In 2000 there were 9,885 racehorse trainers but by 2019 that numbered had dropped to 4,958 – a decline of 49.8%. And guess who is benefitting from their departures? Super Trainers. In 2000 the top ten trainers had 2.2% of starters but by 2019 that number had leapt to 6.3%. So what, you say, why care about the loss of a few “small-timers”? For starters, average trainers fill races. Seventy percent of trainers race less than 20 horses per year and yet those horses account for 25% of starts. Without them, tracks would have less races with smaller fields and even fewer betting prospects. According to Jockey Club data, average field sizes shrank from 8.1 to 7.5 from 2000 to 2019. During that same period average starts in a year per horse fell from 7.1 to 6.2. Without these average Joes, we could be facing a future where every race has a four horse field. 

“But I want my horse to be trained by Mr. Super Trainer, not some schmuck I never heard of!” cries the Big Racing Partnership. That’s their choice. If their horse is a Triple Crown or Breeders’ Cup candidate, then Super Trainer is indeed who they’re going to get. However, most Super Trainers employ assistants for a reason – they can’t be at two or three different tracks at the same time. So while partnerships might be paying the Super Trainer fees, their little allowance runner might not be getting much of that Super Trainer’s attention. But every time that allowance horse wins, his victory will be added to the Super Trainer’s national tally. 

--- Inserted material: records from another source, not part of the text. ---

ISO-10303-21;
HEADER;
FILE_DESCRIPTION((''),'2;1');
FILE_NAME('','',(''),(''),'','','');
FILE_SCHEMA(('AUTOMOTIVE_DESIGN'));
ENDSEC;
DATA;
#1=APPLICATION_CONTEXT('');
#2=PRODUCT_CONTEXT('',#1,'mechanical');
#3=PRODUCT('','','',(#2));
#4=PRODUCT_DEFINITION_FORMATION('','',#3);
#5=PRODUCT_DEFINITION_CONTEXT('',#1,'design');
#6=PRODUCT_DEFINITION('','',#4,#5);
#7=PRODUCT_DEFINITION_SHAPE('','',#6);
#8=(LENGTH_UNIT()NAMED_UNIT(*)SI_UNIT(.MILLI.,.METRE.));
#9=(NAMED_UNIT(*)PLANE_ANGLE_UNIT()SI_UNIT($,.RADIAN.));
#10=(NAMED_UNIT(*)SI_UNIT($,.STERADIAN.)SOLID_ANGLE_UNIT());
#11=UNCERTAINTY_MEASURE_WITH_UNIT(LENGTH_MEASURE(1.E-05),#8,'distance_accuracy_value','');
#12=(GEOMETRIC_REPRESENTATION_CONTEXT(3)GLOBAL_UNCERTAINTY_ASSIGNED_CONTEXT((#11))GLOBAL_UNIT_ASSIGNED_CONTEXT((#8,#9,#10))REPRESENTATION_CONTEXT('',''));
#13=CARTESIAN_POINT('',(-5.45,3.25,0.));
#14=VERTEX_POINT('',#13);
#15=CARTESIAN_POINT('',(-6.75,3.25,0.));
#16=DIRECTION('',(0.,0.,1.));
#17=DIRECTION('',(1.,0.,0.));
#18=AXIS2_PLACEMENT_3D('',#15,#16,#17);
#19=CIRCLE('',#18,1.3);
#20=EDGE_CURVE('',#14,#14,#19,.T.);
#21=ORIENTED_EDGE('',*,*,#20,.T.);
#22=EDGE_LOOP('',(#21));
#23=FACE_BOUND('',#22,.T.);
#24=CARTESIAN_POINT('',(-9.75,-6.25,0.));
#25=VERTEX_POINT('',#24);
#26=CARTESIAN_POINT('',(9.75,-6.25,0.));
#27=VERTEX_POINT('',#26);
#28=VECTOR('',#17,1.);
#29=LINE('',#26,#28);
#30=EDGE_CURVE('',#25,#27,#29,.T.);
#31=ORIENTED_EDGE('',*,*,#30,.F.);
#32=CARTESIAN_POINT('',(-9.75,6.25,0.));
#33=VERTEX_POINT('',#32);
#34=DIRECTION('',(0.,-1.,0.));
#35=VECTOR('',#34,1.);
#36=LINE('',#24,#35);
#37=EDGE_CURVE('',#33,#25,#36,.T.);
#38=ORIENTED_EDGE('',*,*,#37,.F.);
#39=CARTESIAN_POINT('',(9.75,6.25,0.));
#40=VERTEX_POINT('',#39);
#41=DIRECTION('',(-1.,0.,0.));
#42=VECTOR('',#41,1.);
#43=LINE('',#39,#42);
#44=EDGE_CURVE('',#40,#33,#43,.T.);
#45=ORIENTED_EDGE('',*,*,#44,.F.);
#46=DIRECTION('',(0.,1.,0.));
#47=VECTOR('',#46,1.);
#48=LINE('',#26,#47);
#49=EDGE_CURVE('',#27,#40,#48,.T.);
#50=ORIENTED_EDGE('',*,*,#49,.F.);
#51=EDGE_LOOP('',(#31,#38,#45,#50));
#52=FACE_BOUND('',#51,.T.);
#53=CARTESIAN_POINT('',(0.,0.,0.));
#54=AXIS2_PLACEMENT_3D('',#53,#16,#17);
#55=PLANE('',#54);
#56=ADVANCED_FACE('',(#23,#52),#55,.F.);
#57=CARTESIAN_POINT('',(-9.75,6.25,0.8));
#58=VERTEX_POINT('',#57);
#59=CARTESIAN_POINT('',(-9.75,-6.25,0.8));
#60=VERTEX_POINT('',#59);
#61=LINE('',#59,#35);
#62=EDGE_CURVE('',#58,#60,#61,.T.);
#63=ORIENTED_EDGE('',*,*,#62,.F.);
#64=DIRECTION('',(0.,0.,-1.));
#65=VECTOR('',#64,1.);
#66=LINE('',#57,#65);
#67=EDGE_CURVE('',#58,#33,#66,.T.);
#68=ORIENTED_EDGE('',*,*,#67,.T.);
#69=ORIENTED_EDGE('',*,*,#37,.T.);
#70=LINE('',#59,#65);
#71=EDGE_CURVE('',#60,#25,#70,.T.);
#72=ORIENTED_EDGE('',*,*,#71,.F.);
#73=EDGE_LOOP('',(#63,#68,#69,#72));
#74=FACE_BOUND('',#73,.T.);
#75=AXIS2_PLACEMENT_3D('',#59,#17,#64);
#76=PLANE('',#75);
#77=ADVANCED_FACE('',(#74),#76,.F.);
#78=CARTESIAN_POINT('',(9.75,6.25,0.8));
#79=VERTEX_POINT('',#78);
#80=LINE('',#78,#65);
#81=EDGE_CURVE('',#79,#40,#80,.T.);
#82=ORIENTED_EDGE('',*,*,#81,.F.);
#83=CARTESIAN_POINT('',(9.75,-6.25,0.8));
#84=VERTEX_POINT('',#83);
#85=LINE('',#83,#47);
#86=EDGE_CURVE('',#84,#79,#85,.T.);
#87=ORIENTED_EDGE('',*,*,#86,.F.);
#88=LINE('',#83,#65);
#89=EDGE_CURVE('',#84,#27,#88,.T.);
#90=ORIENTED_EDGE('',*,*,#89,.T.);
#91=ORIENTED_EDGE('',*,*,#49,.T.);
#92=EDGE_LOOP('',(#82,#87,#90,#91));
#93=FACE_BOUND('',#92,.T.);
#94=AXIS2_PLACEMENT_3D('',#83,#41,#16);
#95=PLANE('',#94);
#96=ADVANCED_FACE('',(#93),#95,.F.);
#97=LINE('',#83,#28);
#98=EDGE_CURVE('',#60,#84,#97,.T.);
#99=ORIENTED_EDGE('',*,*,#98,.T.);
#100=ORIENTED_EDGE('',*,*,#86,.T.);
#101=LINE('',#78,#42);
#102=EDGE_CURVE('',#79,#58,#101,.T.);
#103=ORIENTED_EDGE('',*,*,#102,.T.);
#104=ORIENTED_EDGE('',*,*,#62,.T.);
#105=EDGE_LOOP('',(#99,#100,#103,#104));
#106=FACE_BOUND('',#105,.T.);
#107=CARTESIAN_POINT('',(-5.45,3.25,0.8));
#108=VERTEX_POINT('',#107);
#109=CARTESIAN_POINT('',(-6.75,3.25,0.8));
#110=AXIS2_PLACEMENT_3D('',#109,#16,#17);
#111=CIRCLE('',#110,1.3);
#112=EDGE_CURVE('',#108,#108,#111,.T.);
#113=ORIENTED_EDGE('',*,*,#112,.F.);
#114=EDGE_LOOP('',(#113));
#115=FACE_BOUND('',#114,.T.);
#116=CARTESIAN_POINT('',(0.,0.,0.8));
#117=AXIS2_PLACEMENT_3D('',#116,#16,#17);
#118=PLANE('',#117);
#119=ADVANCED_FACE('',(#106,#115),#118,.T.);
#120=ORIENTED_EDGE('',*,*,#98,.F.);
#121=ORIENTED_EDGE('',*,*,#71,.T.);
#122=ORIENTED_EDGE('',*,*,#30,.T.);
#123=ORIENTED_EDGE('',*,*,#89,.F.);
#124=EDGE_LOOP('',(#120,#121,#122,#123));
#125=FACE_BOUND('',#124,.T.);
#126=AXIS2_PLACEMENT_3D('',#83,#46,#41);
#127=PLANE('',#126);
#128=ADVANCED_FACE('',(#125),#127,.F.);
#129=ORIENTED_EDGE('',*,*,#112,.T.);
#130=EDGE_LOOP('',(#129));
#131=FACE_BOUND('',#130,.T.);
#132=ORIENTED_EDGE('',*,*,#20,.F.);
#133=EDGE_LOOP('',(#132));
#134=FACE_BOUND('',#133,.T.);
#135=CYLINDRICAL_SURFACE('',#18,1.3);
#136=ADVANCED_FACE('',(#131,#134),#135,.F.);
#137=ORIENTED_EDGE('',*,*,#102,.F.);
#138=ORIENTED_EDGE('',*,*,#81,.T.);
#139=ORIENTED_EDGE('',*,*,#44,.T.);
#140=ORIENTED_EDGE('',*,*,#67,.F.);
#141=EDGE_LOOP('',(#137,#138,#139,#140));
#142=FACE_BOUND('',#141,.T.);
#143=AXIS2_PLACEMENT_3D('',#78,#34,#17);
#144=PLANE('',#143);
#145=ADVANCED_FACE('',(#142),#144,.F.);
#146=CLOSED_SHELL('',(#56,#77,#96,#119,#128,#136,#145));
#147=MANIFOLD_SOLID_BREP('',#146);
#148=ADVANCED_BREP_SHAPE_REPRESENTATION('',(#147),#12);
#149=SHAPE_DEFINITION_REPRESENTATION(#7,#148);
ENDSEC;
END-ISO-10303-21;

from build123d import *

# Parameters (mm, degrees)
ESQUISSE1_W             = 19.5
ESQUISSE1_H             = 12.5
BOSS_EXTRU_1_DEPTH      = 0.8
ESQUISSE2_R             = 1.3
ENL_V_MAT_EXTRU_1_DEPTH = 0.8


with BuildPart() as part:
    # Esquisse1 → Boss.-Extru.1 (new body)
    with BuildSketch(Plane.XY):
        Rectangle(ESQUISSE1_W, ESQUISSE1_H)
    extrude(amount=BOSS_EXTRU_1_DEPTH)

    # Esquisse2 → Enlèv. mat.-Extru.1 (cut)
    with BuildSketch(Plane.XY.offset(0.8)):
        with Locations((-6.75, 3.25)):
            Circle(ESQUISSE2_R)
    extrude(amount=-ENL_V_MAT_EXTRU_1_DEPTH, mode=Mode.SUBTRACT)


solid = part.part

What many of these partnerships fail to realize is that trainers don’t start out as super. Both D. Wayne Lukas and Bob Baffert kicked around the Quarter Horse tracks before finding gold with the Thoroughbreds. But nowadays, the chance for a small trainer to rise up out of the claiming leagues is shrinking. Many small timers have had promising young horses whisked off to larger stables the second they’ve broken their maidens, even though they were the ones who’d broken them as yearlings and laid down the all-important foundation conditioning. These trainers might not be “super” but many have taken cast-offs from larger stables and won with them. These dedicated men and women put in seven day work weeks, don’t know what “vacation” means, and can identify every horse in their care blindfolded simply by running their hands down its legs. Every one of them dreams of having a Chip Woolley Derby moment – all it takes are owners willing to give them that chance.